Exploratory analysis and comparison of prediction models
This exploratory data analysis project aims to provide insight into the various factors influencing the medium value of owner-occupied homes (MEDV) in Boston. Also, different prediction models, including supervised learning models and a simple neural network, are tested and compared.
The main focus lies on the following variables:
CRIM: per capita crime rate by town
RM: average number of rooms per dwelling
DIS: weighted distances to five Boston employment centres
LSTAT: % lower status of the population
The analysis can answer key questions such as:
- Which variables have the greatest influence on MEDV?
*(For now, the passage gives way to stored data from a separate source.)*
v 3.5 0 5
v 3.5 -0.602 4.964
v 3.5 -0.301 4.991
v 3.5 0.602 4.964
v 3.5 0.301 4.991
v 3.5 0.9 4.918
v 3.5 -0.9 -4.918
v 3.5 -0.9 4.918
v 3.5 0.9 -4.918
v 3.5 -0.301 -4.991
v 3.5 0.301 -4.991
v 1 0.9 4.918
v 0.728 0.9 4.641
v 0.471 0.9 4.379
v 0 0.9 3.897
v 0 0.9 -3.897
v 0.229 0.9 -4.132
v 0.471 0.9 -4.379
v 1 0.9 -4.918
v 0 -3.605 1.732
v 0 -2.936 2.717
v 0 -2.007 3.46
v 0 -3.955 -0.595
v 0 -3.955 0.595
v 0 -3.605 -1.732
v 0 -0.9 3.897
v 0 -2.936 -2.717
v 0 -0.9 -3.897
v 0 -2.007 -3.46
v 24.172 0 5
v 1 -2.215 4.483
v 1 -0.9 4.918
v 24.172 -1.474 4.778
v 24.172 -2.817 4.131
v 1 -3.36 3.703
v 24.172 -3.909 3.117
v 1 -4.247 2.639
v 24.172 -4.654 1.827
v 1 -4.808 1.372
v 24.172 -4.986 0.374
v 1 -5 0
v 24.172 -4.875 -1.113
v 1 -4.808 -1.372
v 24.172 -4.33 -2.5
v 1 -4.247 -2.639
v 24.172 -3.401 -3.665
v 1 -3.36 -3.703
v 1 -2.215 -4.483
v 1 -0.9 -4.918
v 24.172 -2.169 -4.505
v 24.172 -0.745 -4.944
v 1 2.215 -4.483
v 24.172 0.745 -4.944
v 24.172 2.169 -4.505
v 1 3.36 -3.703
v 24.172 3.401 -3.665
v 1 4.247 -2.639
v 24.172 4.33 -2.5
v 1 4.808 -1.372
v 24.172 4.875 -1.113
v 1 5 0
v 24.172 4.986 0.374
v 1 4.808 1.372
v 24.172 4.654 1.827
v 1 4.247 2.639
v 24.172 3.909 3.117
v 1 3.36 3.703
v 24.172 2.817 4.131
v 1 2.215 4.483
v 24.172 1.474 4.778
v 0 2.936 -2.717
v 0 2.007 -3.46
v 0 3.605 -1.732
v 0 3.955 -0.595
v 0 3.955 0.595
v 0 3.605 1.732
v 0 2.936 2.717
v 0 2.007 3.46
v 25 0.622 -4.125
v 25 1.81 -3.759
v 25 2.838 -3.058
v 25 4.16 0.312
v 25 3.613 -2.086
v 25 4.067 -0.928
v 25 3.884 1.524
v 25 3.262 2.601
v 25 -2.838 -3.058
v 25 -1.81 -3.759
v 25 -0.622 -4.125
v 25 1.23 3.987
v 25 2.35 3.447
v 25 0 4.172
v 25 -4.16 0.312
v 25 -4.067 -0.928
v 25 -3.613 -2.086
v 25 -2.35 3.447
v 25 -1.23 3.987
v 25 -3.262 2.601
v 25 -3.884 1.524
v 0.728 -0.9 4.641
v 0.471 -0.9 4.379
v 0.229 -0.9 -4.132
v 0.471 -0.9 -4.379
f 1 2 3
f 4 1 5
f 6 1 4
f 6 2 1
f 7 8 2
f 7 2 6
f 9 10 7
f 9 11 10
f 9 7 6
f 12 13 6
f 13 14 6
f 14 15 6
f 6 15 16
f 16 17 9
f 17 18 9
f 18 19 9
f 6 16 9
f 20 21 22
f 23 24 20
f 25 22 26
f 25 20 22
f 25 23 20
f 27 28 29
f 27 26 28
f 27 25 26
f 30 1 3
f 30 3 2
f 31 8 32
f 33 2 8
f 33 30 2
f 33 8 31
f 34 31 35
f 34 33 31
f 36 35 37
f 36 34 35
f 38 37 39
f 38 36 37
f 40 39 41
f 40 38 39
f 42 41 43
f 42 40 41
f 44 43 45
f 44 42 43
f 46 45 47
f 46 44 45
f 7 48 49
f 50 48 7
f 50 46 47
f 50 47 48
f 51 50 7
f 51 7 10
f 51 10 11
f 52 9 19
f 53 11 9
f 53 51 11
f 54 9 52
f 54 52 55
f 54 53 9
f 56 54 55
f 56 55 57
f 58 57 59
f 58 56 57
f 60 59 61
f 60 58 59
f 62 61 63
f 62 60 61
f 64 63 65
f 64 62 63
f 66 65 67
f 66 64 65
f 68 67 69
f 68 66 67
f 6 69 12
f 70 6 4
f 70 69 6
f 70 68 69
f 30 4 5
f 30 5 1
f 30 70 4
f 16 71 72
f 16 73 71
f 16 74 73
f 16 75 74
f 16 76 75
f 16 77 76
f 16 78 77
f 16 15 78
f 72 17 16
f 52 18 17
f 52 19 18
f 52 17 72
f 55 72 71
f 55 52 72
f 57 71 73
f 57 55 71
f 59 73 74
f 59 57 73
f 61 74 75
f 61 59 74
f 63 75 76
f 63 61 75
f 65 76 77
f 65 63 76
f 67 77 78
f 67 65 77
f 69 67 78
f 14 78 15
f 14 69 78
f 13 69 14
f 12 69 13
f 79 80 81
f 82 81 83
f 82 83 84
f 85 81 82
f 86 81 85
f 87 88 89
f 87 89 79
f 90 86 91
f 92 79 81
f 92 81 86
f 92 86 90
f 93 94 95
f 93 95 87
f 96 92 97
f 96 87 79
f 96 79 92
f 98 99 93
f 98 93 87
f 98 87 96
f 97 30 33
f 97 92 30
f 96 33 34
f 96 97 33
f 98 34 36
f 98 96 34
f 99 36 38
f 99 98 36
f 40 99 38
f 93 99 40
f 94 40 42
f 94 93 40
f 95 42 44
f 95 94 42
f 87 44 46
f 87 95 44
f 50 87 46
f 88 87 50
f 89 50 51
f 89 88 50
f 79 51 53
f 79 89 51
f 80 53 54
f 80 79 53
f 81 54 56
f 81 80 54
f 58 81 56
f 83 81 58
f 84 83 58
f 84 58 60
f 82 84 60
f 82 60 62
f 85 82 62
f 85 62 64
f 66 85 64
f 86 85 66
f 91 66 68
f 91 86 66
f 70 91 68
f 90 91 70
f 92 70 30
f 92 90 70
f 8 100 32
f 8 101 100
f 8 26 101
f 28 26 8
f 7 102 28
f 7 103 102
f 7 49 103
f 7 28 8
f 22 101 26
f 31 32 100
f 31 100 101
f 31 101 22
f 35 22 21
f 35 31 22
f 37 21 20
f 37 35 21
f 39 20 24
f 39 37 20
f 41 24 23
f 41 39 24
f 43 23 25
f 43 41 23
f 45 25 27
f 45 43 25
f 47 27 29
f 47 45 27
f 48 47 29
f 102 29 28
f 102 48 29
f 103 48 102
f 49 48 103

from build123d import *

# Parameters (mm, degrees)
SLOT_DEPTH      = 26.980762114
SLOT_DEPTH_BACK = 26.980762114
SLOTSKE_W       = 3.5
SLOTSKE_H       = 1.8


with BuildPart() as part:
    # BodySke → Base-Revolve (revolve)
    with BuildSketch(Plane.XY, mode=Mode.PRIVATE) as base_revolve_sk:
        Polygon((0, 0), (0, 4), (1, 5), (24.172, 5), (25, 4.172), (25, 0), align=None)
    revolve(base_revolve_sk.sketch.rotate(Axis((-3.67611336, 0, 0), (1, 0, 0)), 90), axis=Axis((-3.67611336, 0, 0), (1, 0, 0)))

    # SlotSke → Slot (cut, two sides: drawn at the far end of the back side and taken through both)
    with BuildSketch(Plane.XY.offset(-SLOT_DEPTH_BACK)):
        with Locations((1.75, 0)):
            Rectangle(SLOTSKE_W, SLOTSKE_H)
    extrude(amount=SLOT_DEPTH + SLOT_DEPTH_BACK, mode=Mode.SUBTRACT)


solid = part.part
- Which variables correlate positively and which negatively with MEDV?
- To what extent do the districts differ? What are the key separating features?
The used data set is from the StatLib-Archive of Carnegie Mellon University and contains 506 entries, with each entry describing a suburb in Boston. It was originally
published in 1978 by Harrison, D. and Rubinfeld, D.L. in "Hedonic prices and the demand for clean air“.
more information
- Python
- Jupyter notebook
Some interesting code worked with:
cor_spearman = df.corr(method = "spearman")
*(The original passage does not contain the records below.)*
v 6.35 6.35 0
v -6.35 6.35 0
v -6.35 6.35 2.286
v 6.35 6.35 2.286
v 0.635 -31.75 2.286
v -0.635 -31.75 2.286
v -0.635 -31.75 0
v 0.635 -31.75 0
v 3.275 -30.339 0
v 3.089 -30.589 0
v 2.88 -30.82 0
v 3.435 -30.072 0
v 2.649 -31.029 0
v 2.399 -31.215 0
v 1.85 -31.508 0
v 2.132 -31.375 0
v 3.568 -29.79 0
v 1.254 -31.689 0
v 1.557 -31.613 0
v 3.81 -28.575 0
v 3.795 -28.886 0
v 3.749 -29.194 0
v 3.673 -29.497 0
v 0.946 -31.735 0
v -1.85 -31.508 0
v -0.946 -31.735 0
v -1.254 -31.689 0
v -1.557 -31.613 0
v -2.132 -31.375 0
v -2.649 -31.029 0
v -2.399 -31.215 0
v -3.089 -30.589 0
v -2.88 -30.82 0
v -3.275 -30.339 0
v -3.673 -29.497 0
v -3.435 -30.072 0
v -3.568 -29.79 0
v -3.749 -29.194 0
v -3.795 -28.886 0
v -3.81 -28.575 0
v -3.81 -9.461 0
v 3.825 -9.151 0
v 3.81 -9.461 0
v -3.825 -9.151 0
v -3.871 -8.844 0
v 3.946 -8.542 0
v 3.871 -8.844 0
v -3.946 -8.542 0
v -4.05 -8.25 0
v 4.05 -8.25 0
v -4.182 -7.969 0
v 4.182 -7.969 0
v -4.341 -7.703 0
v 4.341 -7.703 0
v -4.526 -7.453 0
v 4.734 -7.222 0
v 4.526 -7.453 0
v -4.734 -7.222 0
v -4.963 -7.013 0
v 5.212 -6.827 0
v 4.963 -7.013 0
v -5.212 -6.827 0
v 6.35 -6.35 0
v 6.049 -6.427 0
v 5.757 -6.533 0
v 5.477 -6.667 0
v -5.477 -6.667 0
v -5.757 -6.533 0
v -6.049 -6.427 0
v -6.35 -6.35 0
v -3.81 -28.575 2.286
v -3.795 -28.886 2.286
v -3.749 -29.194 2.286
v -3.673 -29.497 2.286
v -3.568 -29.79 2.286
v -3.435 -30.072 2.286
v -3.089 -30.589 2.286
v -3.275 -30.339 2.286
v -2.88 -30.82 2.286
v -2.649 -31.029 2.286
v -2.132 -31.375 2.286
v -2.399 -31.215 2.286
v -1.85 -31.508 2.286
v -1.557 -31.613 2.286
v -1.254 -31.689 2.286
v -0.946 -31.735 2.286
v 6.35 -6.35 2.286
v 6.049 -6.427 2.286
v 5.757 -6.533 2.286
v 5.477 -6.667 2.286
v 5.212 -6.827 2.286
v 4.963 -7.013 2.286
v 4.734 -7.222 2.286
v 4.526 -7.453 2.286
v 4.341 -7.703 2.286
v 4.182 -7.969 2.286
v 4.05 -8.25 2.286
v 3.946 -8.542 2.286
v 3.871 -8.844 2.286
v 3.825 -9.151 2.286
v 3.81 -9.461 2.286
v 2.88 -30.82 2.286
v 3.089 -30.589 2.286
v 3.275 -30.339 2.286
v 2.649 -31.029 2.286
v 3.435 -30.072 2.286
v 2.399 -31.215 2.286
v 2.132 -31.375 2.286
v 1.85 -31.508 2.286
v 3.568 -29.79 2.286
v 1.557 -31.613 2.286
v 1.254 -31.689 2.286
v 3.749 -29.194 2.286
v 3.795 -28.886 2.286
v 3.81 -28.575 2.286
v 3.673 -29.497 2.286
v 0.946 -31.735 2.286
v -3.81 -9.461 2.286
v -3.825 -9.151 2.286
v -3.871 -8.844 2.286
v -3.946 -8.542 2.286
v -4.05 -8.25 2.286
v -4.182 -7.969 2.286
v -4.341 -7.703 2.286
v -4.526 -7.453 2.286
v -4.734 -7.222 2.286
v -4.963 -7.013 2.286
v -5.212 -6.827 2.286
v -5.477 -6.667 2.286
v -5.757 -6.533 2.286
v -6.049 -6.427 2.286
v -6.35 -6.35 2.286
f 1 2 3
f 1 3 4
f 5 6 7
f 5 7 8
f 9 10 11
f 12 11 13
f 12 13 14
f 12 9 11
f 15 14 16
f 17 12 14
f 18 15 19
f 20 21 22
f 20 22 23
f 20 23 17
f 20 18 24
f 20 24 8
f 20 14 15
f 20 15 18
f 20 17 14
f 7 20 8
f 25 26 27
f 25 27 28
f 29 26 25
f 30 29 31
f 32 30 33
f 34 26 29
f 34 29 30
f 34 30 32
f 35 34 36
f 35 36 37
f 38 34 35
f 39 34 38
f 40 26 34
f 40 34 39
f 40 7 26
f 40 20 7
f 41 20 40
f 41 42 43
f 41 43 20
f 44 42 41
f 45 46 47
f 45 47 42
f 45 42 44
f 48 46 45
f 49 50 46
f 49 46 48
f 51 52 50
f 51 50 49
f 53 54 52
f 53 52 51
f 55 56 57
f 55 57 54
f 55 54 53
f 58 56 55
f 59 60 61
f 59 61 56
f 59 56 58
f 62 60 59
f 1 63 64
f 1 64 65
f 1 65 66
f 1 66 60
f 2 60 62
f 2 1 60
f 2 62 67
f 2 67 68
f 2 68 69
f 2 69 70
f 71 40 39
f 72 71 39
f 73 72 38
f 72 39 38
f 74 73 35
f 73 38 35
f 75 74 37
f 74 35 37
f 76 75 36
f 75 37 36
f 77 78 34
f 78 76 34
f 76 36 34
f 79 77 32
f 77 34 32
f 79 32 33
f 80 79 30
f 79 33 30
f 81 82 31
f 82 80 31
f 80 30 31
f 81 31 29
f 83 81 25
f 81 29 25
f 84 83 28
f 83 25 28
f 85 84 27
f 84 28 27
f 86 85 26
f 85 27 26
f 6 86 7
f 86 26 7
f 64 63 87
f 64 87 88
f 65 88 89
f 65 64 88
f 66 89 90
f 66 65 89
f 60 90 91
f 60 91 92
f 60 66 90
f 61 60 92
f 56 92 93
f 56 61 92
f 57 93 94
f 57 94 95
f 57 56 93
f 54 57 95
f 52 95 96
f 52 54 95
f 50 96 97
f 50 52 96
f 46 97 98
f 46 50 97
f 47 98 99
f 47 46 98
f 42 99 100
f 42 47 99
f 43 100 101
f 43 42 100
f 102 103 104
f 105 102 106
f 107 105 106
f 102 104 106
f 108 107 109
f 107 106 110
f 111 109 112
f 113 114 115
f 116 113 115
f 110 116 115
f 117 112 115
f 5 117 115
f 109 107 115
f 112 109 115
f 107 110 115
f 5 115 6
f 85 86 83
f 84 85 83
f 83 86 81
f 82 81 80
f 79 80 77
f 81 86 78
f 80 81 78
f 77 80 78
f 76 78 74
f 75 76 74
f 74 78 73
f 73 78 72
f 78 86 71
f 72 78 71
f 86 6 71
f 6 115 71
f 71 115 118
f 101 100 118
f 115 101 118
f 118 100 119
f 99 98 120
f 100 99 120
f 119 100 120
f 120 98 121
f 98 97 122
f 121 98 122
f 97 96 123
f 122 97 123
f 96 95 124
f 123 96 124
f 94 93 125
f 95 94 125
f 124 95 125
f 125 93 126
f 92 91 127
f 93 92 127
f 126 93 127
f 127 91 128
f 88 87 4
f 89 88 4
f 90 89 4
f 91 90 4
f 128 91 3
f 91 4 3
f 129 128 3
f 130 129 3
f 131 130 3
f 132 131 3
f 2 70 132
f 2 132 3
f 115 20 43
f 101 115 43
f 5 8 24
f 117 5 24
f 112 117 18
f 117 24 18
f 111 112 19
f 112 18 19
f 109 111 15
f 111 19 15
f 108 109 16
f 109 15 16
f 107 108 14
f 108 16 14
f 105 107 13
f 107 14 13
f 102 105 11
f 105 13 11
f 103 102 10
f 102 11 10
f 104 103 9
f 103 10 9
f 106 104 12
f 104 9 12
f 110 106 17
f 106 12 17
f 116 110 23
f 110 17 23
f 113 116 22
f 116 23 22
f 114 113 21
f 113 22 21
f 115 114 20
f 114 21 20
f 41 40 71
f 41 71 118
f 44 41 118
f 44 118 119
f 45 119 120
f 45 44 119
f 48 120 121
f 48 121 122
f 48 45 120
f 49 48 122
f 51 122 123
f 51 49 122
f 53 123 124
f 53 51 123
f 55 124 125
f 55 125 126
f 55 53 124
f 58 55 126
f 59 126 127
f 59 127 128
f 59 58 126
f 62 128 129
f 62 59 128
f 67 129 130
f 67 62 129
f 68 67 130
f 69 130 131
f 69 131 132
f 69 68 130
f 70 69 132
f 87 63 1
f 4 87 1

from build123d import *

# Parameters (mm, degrees)
SKETCH1_W           = 7.62
SKETCH1_H           = 25.4
SKETCH1_W_2         = 12.7
SKETCH1_H_2         = 12.7
BOSS_EXTRUDE1_DEPTH = 2.286
FILLET1_R           = 3.175


with BuildPart() as part:
    # Sketch1 → Boss-Extrude1 (new body)
    with BuildSketch(Plane.XY):
        with Locations((0, -19.05)):
            Rectangle(SKETCH1_W, SKETCH1_H)
        Rectangle(SKETCH1_W_2, SKETCH1_H_2)
    extrude(amount=BOSS_EXTRUDE1_DEPTH)

    # Fillet1
    # the kernel refuses this fillet: 3.175 mm, written as the material it adds along each edge
    with BuildSketch(Plane(origin=(-3.81, -6.35, 0), x_dir=(-1.0, -1.5648025307703881e-12, 0), z_dir=(0, 0, 1))) as fillet1_piece_1:
        with BuildLine():
            CenterArc((3.175, 3.110851973), FILLET1_R, 180, 78.463040967)
            Line((0, 3.110851973), (0, 0))
            Line((0, 0), (2.54, 0))
        make_face()
    extrude(amount=2.286)
    with BuildSketch(Plane(origin=(3.81, -6.35, 0), x_dir=(1.0, -1.5644528542271996e-12, 0), z_dir=(0, 0, 1))) as fillet1_piece_2:
        with BuildLine():
            CenterArc((3.175, -3.110851973), FILLET1_R, 101.536959033, 78.463040967)
            Line((0, -3.110851973), (0, 0))
            Line((0, 0), (2.54, 0))
        make_face()
    extrude(amount=2.286)
    # the kernel refuses this fillet: 3.175 mm, written as the material it takes off along each edge
    with BuildSketch(Plane(origin=(-3.81, -31.75, -7.9375), x_dir=(1, 0, 0), z_dir=(0, 0, 1)), Plane(origin=(3.81, -31.75, -7.9375), x_dir=(0, 1, 0), z_dir=(0, 0, 1))) as fillet1_2_piece_1:
        with BuildLine():
            CenterArc((FILLET1_R, FILLET1_R), FILLET1_R, 180, 90)
            Line((0, FILLET1_R), (0, 0))
            Line((0, 0), (FILLET1_R, 0))
        make_face()
    extrude(amount=18.161, mode=Mode.SUBTRACT)


solid = part.part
cor_1 = cor_spearman["MEDV"].sort_values(ascending=False)
print(cor_1)
columns = ["RM", "LSTAT", "CRIM"]
y = "MEDV"
fig, axs = plt.subplots(nrows = 1, ncols=3, figsize=(20, 5))
colors = ["red", "green", "blue"]
for i, (column, color) in enumerate(zip(columns, colors)):
sns.regplot(x=df[column], y=df[y], ax=axs[i], scatter_kws={"alpha": 0.3}, color = color)
axs[i].set_title(f"Scatterplot for {column} and {y}")
plt.show()
#The NN_ReLU class inherits properties from nn.Module
class Net(nn.Module):
def __init__(self, input_size, output_size):
#super()-methode executes the heritage
super(Net, self).__init__()
self.fc1 = nn.Linear(input_size, 300)
self.relu = nn.ReLU()
self.fc2 = nn.Linear(300, output_size)
def forward(self, x):
x = self.fc1(x)
x = self.relu(x)
x = self.fc2(x)
return x
When comparing the models, it is noticeable that the supervised learning models (multiple linear regression/ k-nearest neighbours/ decision tree) have similar mean square errors, from approx. 0.015 to 0.018. The unsupervised learning model, feedforward neural network, delivers better results. Here, the mean square error is only approx. 0.0059 for the scaled target values between 0 and 1.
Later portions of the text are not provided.